▸ WHAT IS EXPECTED
Select every line containing the word "through" from the material, and copy those lines.
[[ GIVEN RECORDS, beginning ]]
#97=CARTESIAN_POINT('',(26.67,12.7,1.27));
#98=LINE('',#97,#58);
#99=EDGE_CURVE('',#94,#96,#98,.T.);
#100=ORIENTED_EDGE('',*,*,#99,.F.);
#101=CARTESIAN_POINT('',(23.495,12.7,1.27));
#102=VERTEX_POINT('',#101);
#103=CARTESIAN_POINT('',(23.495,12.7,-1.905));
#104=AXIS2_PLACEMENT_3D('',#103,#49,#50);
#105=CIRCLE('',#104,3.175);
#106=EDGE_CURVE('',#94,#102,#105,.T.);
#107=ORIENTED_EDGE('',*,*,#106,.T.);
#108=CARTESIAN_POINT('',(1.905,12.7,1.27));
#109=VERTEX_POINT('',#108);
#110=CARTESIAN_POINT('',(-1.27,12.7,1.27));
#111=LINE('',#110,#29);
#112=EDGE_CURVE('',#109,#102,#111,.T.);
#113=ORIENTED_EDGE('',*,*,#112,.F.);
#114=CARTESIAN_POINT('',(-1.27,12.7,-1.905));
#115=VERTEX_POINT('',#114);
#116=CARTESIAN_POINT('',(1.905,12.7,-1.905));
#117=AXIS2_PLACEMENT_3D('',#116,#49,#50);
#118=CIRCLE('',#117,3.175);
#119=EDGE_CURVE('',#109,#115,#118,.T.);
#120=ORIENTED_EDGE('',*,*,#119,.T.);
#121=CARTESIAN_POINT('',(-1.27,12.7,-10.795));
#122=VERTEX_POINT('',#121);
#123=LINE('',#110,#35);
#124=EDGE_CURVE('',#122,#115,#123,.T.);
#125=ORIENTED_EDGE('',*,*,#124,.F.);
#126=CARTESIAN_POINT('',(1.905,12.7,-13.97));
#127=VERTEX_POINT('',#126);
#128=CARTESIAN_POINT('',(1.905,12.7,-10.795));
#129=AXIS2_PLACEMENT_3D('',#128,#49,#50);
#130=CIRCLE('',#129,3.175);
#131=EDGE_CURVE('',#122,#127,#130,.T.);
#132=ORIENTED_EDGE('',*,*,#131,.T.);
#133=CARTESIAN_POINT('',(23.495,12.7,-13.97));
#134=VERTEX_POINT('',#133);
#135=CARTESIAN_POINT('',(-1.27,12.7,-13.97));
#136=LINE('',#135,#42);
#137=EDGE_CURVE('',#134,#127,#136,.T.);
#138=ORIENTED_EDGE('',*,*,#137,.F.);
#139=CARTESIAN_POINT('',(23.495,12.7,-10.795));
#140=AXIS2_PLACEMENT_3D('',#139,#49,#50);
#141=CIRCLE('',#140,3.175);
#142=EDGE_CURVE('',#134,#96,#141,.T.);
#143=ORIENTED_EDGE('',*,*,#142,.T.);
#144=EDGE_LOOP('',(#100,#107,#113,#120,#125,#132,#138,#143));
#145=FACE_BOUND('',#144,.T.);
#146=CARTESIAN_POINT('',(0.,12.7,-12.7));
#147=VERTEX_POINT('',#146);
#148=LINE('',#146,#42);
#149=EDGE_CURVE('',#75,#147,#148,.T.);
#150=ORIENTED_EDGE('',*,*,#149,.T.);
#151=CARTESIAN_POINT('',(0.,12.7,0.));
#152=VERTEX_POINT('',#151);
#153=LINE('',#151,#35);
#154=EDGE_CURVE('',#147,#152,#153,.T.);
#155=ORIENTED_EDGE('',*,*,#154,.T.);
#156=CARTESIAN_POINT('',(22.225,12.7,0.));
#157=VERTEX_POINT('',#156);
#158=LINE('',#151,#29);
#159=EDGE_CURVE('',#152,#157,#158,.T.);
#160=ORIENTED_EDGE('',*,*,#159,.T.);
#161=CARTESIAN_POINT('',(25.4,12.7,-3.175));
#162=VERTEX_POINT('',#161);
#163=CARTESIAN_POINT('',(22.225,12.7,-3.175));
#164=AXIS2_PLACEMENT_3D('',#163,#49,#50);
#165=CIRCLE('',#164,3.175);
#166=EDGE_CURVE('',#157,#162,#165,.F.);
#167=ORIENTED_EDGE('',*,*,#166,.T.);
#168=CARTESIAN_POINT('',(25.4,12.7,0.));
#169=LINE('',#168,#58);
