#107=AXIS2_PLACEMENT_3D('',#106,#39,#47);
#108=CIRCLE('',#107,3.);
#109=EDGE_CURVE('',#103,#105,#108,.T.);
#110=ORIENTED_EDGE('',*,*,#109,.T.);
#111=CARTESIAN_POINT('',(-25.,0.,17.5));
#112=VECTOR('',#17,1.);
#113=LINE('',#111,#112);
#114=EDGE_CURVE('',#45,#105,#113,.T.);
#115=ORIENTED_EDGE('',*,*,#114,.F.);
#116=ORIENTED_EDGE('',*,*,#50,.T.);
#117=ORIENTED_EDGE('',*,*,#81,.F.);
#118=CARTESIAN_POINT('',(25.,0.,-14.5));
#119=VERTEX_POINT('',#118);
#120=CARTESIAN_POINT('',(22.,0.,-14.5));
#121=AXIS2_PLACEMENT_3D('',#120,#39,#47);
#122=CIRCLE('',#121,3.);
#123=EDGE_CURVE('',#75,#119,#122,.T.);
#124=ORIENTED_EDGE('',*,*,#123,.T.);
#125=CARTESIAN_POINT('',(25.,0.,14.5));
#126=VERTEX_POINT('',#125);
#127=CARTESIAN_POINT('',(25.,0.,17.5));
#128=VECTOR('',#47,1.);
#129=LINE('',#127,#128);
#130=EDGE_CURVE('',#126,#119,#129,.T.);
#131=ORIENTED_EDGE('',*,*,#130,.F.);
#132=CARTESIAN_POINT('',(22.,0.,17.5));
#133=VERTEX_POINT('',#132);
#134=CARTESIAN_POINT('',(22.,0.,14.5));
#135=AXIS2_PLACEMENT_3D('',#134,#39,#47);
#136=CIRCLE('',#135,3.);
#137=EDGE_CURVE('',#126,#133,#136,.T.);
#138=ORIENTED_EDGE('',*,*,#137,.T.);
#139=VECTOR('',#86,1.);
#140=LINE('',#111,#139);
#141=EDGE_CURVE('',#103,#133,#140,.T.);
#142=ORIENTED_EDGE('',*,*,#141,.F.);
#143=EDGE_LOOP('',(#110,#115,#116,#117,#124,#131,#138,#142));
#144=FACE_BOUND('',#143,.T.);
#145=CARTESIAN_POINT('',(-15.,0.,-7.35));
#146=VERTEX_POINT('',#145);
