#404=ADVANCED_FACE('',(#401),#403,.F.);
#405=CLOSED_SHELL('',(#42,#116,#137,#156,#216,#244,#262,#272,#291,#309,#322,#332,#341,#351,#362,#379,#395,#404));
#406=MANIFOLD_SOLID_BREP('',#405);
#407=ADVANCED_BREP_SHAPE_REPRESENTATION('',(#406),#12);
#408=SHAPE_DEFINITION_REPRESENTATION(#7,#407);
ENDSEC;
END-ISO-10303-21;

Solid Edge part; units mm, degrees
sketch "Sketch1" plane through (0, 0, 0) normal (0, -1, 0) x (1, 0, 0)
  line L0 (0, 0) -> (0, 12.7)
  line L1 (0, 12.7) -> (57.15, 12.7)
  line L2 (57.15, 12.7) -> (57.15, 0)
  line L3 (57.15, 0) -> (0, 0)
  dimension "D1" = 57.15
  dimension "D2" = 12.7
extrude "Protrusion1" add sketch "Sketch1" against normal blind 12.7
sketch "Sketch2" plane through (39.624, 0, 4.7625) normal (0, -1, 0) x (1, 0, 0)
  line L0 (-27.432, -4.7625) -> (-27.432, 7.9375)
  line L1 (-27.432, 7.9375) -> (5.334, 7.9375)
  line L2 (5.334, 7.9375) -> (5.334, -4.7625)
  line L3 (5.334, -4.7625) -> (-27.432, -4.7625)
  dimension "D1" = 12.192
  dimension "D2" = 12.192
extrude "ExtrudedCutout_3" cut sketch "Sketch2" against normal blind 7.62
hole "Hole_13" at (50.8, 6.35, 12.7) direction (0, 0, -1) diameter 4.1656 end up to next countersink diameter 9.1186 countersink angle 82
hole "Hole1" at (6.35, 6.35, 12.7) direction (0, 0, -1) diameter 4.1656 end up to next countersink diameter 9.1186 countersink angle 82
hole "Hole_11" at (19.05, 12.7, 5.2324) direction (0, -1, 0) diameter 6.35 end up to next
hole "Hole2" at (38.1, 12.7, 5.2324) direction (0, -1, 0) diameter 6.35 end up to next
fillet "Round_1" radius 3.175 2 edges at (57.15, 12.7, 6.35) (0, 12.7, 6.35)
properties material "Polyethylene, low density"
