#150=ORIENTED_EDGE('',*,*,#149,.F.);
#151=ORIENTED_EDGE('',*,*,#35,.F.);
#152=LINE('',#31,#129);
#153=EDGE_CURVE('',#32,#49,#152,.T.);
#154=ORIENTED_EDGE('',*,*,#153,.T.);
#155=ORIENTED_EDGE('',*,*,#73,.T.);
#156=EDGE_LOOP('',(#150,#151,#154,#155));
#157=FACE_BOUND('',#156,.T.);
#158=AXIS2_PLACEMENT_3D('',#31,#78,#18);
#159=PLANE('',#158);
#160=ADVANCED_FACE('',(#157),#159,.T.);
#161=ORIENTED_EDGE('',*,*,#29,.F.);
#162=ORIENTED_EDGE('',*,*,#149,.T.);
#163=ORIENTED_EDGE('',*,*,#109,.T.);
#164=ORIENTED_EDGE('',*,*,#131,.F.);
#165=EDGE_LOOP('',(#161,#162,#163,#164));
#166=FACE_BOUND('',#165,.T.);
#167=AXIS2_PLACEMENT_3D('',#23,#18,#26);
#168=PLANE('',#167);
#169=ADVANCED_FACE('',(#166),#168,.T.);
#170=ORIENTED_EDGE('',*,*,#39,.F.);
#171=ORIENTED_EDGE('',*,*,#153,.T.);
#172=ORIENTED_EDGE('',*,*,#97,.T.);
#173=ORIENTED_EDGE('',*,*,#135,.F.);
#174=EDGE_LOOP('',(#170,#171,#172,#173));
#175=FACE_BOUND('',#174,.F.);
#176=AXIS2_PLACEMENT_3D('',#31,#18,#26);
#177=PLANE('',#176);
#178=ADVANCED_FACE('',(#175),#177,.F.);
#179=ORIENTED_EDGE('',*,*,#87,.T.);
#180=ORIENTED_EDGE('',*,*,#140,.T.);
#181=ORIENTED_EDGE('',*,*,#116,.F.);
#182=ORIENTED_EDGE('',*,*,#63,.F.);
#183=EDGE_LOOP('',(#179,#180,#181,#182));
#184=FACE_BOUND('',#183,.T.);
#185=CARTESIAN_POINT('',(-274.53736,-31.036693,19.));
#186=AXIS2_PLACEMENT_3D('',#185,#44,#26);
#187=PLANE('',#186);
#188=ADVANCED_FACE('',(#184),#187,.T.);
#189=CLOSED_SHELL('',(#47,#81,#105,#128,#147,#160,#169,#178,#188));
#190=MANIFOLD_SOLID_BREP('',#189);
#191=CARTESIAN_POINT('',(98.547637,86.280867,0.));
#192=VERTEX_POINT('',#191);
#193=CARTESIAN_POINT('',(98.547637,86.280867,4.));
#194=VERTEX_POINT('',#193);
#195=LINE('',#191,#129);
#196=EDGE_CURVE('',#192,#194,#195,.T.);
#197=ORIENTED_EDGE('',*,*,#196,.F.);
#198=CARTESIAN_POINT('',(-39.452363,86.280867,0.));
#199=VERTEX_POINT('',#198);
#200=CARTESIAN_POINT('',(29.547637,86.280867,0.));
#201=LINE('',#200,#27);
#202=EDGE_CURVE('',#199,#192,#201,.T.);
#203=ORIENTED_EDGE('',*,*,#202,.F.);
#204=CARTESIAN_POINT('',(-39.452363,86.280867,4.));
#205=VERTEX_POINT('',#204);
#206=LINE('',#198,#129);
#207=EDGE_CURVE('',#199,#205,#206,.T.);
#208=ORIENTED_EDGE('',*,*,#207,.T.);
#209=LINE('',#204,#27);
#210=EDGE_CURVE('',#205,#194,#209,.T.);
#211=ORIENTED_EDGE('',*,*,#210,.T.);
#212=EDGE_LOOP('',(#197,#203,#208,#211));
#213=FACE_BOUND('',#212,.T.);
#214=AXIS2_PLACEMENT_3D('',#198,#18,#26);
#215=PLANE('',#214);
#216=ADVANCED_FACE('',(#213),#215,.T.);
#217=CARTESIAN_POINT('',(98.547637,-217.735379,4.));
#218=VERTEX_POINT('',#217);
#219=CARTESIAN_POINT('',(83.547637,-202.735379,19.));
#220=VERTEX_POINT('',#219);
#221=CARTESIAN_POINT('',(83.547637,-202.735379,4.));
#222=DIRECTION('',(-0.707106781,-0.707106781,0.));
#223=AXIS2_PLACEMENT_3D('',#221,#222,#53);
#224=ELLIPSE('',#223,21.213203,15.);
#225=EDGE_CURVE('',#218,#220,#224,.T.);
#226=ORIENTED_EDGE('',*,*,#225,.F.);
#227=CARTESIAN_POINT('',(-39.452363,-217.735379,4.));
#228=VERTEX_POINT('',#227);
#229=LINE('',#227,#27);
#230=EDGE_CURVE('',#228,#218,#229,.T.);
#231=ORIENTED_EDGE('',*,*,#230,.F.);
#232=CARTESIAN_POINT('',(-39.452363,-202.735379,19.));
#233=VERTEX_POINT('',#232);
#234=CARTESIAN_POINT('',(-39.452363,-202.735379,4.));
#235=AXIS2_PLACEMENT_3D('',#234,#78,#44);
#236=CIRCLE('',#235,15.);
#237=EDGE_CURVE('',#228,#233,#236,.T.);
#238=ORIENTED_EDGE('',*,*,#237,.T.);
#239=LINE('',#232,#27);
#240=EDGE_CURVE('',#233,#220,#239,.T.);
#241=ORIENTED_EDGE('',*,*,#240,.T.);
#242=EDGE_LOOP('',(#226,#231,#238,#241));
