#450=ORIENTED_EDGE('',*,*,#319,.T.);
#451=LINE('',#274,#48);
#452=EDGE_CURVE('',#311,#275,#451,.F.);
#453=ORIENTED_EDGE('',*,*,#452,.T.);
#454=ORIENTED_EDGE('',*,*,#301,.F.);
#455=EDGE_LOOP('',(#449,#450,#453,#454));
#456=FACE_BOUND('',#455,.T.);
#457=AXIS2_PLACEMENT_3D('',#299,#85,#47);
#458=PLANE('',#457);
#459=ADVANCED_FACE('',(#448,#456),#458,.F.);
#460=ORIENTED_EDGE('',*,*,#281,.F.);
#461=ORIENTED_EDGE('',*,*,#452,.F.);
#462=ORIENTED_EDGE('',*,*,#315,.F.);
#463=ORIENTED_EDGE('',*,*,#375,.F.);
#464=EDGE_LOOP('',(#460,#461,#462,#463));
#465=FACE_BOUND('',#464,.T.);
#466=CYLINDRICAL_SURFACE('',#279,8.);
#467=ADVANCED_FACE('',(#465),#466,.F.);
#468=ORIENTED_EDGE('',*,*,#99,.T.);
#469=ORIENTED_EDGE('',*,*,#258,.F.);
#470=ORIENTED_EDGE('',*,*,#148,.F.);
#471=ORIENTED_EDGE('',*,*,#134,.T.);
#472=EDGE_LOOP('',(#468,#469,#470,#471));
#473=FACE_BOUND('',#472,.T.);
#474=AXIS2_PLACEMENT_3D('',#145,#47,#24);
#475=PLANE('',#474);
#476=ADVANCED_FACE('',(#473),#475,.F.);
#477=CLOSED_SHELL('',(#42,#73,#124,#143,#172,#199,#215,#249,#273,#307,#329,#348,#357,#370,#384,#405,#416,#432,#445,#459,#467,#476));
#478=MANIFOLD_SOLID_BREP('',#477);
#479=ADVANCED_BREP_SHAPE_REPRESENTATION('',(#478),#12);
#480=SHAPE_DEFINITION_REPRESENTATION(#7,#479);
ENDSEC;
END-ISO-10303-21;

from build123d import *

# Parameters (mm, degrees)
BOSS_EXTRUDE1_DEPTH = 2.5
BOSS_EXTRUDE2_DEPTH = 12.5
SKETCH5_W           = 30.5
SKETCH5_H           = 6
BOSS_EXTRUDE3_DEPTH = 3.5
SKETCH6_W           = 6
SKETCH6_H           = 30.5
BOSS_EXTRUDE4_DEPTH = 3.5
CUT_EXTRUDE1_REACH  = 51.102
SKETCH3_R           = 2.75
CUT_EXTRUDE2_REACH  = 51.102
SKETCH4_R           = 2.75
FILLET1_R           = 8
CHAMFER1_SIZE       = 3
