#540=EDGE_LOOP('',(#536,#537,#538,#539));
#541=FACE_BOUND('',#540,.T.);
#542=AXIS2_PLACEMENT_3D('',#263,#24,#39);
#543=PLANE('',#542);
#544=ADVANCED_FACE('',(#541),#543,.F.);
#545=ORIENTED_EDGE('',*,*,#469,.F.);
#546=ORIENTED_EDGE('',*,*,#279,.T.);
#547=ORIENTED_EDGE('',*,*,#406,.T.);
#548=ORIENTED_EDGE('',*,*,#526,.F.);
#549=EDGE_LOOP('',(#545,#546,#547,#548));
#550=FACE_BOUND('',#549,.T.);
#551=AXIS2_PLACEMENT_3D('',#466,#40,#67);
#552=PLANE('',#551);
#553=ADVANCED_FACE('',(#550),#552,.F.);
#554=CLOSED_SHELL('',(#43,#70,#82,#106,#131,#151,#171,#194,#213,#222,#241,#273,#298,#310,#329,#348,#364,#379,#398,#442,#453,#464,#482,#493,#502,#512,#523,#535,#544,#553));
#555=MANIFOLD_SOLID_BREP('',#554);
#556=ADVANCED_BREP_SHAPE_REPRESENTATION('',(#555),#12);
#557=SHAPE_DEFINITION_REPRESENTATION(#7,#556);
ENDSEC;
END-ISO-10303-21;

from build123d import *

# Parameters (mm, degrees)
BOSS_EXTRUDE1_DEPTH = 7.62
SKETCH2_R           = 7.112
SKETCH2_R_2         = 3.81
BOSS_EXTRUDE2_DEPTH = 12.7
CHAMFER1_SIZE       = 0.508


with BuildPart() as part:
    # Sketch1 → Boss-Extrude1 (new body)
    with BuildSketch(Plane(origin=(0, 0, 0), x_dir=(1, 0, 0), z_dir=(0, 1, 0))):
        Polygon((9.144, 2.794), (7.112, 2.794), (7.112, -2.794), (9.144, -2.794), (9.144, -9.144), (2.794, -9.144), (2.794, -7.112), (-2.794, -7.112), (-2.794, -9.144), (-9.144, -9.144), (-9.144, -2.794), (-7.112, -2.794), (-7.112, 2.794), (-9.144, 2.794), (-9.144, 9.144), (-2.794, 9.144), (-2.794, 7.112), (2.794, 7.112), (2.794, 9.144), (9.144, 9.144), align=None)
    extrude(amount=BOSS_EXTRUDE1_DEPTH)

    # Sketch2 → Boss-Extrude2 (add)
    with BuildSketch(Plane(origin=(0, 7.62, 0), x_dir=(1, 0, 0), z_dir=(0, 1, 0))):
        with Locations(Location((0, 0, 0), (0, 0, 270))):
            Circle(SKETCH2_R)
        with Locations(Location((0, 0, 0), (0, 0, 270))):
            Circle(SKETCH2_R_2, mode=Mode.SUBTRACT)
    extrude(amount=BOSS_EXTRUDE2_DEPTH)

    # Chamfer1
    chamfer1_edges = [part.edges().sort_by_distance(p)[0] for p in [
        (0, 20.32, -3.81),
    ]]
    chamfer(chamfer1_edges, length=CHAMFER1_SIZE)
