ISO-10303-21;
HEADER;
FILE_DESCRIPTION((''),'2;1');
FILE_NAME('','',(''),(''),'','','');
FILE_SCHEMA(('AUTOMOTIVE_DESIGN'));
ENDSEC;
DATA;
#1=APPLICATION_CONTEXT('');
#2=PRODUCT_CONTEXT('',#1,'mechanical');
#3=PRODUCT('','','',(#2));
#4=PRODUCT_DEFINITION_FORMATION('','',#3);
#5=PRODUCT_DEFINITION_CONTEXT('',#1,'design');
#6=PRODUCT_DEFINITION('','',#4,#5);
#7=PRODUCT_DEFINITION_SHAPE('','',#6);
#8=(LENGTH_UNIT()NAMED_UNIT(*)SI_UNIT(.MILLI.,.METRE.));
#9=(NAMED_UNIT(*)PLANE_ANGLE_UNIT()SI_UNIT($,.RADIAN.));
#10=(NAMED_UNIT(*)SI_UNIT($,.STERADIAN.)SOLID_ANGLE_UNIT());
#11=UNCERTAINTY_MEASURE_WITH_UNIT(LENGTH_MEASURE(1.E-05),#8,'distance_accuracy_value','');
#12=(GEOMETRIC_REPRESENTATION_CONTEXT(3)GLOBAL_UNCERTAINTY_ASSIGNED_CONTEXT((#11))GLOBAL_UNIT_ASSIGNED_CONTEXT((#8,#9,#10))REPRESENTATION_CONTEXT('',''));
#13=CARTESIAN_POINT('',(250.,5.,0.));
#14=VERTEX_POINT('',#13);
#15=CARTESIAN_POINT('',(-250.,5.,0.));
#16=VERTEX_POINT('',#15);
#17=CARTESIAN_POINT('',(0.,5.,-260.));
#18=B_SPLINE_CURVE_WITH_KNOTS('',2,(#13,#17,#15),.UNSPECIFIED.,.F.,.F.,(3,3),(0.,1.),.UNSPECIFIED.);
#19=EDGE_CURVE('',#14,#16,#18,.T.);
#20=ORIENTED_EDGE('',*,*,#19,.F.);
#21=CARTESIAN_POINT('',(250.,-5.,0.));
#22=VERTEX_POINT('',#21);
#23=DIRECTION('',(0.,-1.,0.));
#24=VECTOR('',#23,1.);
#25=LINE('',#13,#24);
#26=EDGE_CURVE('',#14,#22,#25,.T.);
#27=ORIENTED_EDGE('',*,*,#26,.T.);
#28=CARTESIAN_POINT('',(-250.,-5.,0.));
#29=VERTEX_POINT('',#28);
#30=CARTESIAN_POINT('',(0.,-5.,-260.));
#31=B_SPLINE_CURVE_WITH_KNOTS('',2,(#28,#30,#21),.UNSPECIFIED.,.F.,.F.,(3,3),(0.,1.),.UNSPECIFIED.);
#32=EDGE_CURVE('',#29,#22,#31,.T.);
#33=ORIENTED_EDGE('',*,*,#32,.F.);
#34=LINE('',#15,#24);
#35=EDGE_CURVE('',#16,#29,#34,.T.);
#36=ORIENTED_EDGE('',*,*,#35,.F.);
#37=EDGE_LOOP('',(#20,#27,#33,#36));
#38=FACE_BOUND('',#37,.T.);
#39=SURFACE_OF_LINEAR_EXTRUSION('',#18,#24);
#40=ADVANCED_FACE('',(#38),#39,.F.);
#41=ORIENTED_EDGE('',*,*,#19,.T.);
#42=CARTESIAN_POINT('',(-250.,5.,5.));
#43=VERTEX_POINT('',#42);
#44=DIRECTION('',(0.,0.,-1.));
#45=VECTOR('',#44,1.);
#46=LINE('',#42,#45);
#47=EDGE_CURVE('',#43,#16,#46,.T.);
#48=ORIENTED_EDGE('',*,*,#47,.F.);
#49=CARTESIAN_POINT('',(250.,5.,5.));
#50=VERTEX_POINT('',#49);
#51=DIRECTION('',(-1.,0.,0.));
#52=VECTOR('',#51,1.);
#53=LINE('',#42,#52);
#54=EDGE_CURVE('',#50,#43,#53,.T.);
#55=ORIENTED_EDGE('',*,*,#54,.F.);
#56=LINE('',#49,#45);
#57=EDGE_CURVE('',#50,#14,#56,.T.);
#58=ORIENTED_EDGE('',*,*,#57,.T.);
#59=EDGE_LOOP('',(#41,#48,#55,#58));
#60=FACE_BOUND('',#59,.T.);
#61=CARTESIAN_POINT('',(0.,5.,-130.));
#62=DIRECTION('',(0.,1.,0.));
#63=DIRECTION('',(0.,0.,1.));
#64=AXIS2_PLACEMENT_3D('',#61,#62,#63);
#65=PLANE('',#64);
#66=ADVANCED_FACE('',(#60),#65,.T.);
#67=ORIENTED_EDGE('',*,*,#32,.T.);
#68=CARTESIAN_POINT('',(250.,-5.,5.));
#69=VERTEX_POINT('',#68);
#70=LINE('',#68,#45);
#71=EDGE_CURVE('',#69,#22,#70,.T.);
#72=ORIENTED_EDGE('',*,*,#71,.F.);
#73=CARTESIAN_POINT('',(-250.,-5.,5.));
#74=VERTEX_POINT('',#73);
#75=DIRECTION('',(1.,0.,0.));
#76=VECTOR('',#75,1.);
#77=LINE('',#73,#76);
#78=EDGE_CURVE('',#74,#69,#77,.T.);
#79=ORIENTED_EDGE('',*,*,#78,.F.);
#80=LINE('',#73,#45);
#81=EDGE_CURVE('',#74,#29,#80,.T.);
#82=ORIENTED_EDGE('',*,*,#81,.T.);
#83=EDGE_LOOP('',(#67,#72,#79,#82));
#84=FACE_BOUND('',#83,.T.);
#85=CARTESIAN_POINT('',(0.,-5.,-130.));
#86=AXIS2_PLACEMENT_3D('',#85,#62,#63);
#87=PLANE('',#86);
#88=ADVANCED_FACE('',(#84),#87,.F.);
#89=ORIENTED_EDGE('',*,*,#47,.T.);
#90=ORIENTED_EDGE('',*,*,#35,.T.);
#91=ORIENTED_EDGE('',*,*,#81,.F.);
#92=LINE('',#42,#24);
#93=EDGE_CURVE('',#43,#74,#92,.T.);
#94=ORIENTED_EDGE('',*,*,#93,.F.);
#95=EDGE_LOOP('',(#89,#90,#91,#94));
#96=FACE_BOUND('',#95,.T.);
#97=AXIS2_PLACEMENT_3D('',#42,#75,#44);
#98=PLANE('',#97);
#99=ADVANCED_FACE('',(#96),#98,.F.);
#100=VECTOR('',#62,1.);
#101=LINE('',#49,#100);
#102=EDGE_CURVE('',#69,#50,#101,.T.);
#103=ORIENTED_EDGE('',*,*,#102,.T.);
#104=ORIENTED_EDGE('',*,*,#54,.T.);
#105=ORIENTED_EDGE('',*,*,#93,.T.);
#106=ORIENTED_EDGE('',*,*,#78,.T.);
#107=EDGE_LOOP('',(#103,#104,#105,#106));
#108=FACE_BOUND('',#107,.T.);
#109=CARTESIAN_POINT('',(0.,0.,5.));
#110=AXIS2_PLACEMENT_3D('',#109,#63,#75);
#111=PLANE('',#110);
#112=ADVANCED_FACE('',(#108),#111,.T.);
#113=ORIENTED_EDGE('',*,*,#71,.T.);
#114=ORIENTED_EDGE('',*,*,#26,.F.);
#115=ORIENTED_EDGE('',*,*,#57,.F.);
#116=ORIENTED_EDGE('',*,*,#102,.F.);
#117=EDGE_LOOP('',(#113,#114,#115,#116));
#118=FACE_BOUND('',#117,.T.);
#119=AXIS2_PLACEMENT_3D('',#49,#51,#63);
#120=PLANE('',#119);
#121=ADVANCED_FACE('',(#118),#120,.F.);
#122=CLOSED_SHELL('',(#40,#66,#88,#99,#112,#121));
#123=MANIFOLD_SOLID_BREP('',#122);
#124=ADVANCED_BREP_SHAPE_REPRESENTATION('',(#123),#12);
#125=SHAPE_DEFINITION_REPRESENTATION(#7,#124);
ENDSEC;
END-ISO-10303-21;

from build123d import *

# Parameters (mm, degrees)
EXTRUDE_3_DEPTH = 5
EXTRUDE_4_DEPTH = 5
SKETCH_4_W      = 500
SKETCH_4_H      = 10
EXTRUDE_5_DEPTH = 5


with BuildPart() as part:
    # 草图1 → 凸台-拉伸3 (new body)
    with BuildSketch(Plane(origin=(0, 0, 0), x_dir=(1, 0, 0), z_dir=(0, 1, 0))):
        with BuildLine():
            Line((0, 0), (-250, 0))
            add(Edge.make_bspline(
                [(-250, 0), (0, 260), (250, 0)],
                knots=[0, 0, 0, 1, 1, 1], degree=2))
            Line((250, 0), (0, 0))
        make_face()
    extrude(amount=EXTRUDE_3_DEPTH)

    # 草图3 → 凸台-拉伸4 (add)
    with BuildSketch(Plane.XZ):
        with BuildLine():
            Line((-250, 0), (250, 0))
            add(Edge.make_bspline(
                [(-250, 0), (-1e-09, -260), (250, 0)],
                knots=[0, 0, 0, 1, 1, 1], degree=2))
        make_face()
    extrude(amount=EXTRUDE_4_DEPTH)

    # 草图4 → 凸台-拉伸5 (add)
    with BuildSketch(Plane.XY):
        Rectangle(SKETCH_4_W, SKETCH_4_H)
    extrude(amount=EXTRUDE_5_DEPTH)


solid = part.part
[[ GIVEN RECORDS, end ]]
▸ RESULT OF THE TASK
sketch "Sketch1" plane through (0, 0, 0) normal (0, -1, 0) x (1, 0, 0)
sketch "Sketch2" plane through (39.624, 0, 4.7625) normal (0, -1, 0) x (1, 0, 0)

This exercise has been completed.